It's amazing how much current an automobile draws... it can draw a big battery down enough just driving it around that by the time it's too late, step on the brakes and just the current drawn by the brake lights would lower the battery voltage enough that the ignition wouldn't operate and it would die!

So I got on "PartsGeek" and ordered a Remy reman. (p/n13402) Hitachi/Nissan logo'd alternator. I got a midrange priced one...$103, with a $71 core charge.

Then, I did something I'd bet most people don't do~ when I got it, I took it right out of the box and took it to the Orielly auto place and had them put it on their alternator tester. Amazingly, it failed the test. They tried twice.

I left there and went to the NAPA parts store. Employee brought it back and said "our machine is having problems, but it says it failed the test.

I'm setting there thinking that it's a good thing I had this tested, cause if I'd have it installed and it's bad, I'm out money for the mechanics costs of doing it, and the time waiting for a replacement.

But, I have an alternator testing machine of my own, so I took it to my shop and put it on... that s.o.b. put out over a hundred amps... pegged the 75 amp meter on my machine.

Not sure what is up with the parts store machines.

You always read about someone having charging problems and inevitably, they'll replace the alternator and still have the problem....and they're not sure if the new alternator is actually good or bad. I was going to head that problem off at the pass. Testing the brand new alt. removes all doubt that it's the new part.

So, I took the car to the shop today. I told the guy "when you get the old one off, call me and let me go test it to be sure it's really bad (they don't have a stand alone testing machine), so I am not just throwing away money throwing parts at it. And, since the car was rebuilt at some point, I want to be doubly sure that it's not a wiring issue.

He agreed.

Called me, I came and got it... tested it at my shop, and it was defective. I called them and told them to put the new one on. Called me back later after it was done, and it's working like it's supposed to, now.

Took the old one apart on my bench... the armature slip rings were worn waaayyyy down- the brushes had worn uneven grooves in the slip ring surfaces... and the brushes were stuck in the holder- and worn a little more than halfway down.

I got the brushes loose and moving in their holders and reassembled it... still won't work, so I just put it back together and am sending it as a core back to PartGeek.

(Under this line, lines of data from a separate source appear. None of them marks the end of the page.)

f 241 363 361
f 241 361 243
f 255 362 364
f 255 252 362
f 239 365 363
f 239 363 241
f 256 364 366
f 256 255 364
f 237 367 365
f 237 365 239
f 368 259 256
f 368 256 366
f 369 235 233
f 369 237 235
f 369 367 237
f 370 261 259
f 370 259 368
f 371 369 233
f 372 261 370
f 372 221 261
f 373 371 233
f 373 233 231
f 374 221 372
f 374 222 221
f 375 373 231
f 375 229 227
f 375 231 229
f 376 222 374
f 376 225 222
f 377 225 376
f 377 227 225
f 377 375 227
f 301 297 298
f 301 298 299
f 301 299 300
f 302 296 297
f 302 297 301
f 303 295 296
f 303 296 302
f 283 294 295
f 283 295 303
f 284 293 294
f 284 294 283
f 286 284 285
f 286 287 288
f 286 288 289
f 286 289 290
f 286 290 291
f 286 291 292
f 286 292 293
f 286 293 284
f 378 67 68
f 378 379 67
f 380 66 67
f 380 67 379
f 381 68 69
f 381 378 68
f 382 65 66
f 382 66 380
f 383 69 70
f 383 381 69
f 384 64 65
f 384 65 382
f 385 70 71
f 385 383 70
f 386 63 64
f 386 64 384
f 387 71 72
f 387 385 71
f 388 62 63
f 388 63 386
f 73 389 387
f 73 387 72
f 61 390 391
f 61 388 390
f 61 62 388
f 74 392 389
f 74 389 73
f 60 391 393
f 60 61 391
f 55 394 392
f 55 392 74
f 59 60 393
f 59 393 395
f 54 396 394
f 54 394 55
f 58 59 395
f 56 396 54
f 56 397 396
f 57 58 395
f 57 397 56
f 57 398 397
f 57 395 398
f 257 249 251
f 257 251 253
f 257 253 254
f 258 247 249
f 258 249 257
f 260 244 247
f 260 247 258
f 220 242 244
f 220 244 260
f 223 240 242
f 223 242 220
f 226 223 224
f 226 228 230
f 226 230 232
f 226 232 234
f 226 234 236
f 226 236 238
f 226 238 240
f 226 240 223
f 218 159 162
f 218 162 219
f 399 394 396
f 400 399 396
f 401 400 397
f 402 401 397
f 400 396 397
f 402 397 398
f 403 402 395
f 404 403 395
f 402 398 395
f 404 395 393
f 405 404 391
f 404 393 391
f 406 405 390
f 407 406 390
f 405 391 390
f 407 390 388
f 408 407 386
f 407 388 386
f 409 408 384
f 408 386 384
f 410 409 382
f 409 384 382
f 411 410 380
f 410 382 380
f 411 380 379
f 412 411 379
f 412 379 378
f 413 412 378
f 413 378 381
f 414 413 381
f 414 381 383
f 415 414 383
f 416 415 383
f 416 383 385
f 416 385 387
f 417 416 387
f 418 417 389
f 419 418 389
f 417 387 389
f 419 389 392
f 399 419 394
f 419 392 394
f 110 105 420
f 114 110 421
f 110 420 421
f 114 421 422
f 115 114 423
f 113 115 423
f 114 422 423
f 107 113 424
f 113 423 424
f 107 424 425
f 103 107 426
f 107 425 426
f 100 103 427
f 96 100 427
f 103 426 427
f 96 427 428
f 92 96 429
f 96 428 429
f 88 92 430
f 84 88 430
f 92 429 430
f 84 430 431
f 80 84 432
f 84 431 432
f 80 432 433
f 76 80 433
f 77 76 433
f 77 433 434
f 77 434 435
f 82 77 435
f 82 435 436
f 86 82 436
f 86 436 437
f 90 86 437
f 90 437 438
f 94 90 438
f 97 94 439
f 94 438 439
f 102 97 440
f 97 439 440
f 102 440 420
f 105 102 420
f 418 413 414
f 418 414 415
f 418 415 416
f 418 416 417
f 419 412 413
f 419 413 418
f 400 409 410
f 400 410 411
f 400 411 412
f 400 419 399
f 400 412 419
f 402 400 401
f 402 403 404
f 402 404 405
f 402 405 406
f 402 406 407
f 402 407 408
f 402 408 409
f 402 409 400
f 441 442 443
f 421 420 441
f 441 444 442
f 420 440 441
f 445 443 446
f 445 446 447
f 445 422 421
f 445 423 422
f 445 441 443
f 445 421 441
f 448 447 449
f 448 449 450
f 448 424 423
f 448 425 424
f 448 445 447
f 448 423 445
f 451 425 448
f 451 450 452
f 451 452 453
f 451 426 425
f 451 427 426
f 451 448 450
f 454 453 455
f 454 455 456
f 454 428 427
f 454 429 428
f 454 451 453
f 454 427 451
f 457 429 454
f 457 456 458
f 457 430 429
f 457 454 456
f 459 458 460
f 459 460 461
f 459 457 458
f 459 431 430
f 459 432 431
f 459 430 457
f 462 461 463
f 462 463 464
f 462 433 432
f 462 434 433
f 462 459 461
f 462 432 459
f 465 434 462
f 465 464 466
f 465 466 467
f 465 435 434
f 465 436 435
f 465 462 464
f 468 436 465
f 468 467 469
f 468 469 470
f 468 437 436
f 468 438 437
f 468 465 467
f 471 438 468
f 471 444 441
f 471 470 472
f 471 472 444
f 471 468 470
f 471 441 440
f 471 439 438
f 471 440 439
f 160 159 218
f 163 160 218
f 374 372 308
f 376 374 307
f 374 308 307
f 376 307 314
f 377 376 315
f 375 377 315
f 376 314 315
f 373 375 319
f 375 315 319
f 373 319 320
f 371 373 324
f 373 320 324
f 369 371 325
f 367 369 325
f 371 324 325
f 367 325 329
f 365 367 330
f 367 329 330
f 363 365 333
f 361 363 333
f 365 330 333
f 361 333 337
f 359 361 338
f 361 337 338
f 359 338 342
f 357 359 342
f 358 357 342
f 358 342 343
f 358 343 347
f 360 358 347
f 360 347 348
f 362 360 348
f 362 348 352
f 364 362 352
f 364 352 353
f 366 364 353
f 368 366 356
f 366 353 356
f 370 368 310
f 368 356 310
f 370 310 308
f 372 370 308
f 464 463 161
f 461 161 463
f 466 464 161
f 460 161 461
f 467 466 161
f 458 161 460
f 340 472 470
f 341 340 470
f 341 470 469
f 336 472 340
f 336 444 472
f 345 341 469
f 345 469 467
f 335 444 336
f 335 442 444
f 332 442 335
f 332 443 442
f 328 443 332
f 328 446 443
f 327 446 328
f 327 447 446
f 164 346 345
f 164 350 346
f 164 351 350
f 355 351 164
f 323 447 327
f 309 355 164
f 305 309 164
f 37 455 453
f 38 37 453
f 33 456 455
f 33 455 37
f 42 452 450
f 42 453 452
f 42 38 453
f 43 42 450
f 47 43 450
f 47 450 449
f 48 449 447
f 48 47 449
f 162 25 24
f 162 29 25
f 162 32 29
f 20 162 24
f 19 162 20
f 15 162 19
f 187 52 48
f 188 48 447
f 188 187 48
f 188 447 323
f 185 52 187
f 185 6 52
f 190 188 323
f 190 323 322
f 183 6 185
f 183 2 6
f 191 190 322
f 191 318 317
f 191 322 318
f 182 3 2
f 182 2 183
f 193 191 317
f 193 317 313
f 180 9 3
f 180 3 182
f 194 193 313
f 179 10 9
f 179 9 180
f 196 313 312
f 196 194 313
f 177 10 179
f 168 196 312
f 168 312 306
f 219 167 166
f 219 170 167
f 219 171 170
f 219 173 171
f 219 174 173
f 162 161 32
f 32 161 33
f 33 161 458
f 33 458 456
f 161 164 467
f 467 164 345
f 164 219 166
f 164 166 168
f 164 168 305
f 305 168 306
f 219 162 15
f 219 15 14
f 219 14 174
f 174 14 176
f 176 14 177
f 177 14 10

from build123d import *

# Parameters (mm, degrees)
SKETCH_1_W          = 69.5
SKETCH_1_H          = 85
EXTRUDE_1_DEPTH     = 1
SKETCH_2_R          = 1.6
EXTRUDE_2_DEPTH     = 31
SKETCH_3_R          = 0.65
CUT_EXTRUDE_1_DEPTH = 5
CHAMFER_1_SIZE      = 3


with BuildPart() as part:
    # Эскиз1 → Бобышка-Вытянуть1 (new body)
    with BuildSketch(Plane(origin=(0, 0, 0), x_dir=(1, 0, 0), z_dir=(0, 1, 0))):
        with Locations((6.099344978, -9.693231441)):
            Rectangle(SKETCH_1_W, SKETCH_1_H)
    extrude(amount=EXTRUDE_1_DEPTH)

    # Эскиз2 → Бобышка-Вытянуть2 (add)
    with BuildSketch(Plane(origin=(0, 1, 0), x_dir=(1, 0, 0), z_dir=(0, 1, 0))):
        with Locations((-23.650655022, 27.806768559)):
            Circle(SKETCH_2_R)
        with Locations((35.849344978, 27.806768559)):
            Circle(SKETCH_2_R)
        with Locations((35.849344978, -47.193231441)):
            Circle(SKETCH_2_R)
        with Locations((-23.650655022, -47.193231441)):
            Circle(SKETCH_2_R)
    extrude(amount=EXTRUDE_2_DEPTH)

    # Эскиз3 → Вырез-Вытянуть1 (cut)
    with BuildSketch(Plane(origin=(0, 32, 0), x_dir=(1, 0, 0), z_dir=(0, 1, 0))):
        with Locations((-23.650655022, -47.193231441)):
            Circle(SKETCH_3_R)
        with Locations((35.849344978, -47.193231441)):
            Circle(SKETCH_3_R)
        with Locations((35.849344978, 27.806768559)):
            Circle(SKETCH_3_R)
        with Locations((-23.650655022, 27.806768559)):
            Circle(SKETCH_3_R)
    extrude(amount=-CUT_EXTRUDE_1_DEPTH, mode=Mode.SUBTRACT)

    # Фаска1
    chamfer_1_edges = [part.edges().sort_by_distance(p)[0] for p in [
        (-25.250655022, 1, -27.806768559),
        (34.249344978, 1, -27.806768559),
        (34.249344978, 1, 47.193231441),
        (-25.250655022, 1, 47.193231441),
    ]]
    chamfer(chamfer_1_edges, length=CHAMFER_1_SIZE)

I didn't bother to check the armature for continuity... but something like that rarely ever goes bad. They're tough. About the only thing to go bad is the diode set or the regulator. If one diode goes bad, it will still produce some current, but not efficiently.

Since the bad slip rings made the armature unusable, I decided to send it back. If it had been good, and the regulator or diode set was bad, I'd have kept it and bought parts to fix it and sent PartsGeek some other alternator.

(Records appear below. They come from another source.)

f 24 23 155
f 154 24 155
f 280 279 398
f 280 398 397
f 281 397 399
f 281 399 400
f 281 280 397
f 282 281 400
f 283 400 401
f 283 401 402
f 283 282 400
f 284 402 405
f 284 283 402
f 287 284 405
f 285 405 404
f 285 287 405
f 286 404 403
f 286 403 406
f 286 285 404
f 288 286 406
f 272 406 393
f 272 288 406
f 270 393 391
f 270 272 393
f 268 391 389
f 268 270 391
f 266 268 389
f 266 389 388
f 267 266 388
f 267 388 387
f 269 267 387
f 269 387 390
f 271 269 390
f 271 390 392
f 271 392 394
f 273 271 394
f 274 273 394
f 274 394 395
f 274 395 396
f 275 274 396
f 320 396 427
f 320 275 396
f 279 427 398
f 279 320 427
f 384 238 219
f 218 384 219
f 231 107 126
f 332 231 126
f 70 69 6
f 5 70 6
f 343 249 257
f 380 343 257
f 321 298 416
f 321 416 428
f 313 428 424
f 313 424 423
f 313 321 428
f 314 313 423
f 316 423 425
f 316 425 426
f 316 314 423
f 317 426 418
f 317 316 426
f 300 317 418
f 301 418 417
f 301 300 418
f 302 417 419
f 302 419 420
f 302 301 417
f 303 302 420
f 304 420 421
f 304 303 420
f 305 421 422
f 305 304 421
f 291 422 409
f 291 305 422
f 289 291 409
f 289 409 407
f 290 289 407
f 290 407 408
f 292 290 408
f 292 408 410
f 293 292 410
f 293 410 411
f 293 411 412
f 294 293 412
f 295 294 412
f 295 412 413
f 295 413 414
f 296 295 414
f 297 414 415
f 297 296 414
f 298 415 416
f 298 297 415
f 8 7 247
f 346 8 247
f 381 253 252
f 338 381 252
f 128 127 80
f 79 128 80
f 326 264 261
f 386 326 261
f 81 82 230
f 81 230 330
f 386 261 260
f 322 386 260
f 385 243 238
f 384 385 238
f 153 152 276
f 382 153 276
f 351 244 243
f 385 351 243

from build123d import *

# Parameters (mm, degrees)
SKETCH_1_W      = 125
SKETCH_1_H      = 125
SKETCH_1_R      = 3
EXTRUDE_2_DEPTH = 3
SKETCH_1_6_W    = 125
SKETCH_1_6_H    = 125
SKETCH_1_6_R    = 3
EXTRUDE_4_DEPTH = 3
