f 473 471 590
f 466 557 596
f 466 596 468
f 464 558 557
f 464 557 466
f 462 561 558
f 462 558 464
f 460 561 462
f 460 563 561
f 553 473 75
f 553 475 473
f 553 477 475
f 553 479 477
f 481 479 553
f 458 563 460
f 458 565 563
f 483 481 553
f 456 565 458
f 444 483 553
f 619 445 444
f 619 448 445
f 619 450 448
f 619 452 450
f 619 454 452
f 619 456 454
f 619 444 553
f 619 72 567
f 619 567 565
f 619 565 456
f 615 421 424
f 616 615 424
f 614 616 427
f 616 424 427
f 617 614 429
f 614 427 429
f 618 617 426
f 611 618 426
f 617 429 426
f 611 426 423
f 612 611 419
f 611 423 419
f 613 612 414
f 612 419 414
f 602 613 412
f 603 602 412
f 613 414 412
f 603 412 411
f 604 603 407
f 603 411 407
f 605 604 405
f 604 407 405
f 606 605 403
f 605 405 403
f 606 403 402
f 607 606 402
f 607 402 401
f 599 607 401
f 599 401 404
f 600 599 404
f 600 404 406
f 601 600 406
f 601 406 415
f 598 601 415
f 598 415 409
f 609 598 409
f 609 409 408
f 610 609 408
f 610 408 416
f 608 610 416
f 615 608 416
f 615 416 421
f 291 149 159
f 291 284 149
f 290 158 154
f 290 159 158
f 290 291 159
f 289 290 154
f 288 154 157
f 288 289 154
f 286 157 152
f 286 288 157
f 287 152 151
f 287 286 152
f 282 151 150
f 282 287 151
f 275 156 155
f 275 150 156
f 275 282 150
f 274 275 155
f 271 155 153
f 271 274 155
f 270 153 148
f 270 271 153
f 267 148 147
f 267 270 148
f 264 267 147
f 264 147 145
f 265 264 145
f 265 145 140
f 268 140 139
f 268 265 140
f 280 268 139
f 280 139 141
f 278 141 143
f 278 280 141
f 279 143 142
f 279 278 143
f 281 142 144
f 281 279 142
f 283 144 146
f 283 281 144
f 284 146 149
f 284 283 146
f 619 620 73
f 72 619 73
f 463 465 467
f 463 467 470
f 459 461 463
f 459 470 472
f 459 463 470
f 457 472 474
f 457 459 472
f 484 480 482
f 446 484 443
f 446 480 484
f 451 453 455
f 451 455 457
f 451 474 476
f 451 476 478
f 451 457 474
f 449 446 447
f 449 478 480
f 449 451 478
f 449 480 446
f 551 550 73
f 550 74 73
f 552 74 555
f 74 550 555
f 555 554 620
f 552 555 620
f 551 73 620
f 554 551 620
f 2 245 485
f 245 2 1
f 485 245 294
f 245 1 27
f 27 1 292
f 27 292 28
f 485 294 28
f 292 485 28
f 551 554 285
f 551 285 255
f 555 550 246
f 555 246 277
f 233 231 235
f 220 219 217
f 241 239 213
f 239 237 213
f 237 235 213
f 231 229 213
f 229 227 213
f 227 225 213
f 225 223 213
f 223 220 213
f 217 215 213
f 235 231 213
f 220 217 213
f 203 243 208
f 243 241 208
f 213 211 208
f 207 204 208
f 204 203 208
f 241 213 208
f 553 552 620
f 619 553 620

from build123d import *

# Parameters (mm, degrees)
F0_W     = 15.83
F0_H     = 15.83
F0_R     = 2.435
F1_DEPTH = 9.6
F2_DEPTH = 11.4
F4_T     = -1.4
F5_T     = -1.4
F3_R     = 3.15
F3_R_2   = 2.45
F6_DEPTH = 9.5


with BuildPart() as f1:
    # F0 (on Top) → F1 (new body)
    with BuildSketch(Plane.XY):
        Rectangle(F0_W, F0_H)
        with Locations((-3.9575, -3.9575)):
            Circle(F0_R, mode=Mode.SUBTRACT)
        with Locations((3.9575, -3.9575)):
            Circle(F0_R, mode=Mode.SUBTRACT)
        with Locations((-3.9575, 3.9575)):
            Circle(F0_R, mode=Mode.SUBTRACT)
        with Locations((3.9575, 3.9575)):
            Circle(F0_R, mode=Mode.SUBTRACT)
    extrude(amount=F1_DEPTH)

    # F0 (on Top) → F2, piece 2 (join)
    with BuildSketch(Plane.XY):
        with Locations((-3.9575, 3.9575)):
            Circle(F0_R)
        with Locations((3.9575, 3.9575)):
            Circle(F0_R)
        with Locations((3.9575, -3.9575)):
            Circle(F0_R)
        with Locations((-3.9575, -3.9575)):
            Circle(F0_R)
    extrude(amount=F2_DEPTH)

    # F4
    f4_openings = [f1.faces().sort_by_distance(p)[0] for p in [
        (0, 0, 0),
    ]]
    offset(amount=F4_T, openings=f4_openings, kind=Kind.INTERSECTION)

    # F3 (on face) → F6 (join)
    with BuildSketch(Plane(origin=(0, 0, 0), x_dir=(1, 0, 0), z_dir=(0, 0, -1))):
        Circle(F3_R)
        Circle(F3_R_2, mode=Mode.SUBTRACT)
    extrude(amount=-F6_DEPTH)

I contacted them early in the process (when I thought I might just keep the old one to have a spare...and send them an impostor) and asked a person on their "chat" link "do I have to send an identical core alternator to the one I bought, or does it just have to be an "alternator", one that's "similar". He replied "similar is fine".

Hell, I'd have sent them a 1962 Delco external regulated p.o.s., lol!


----------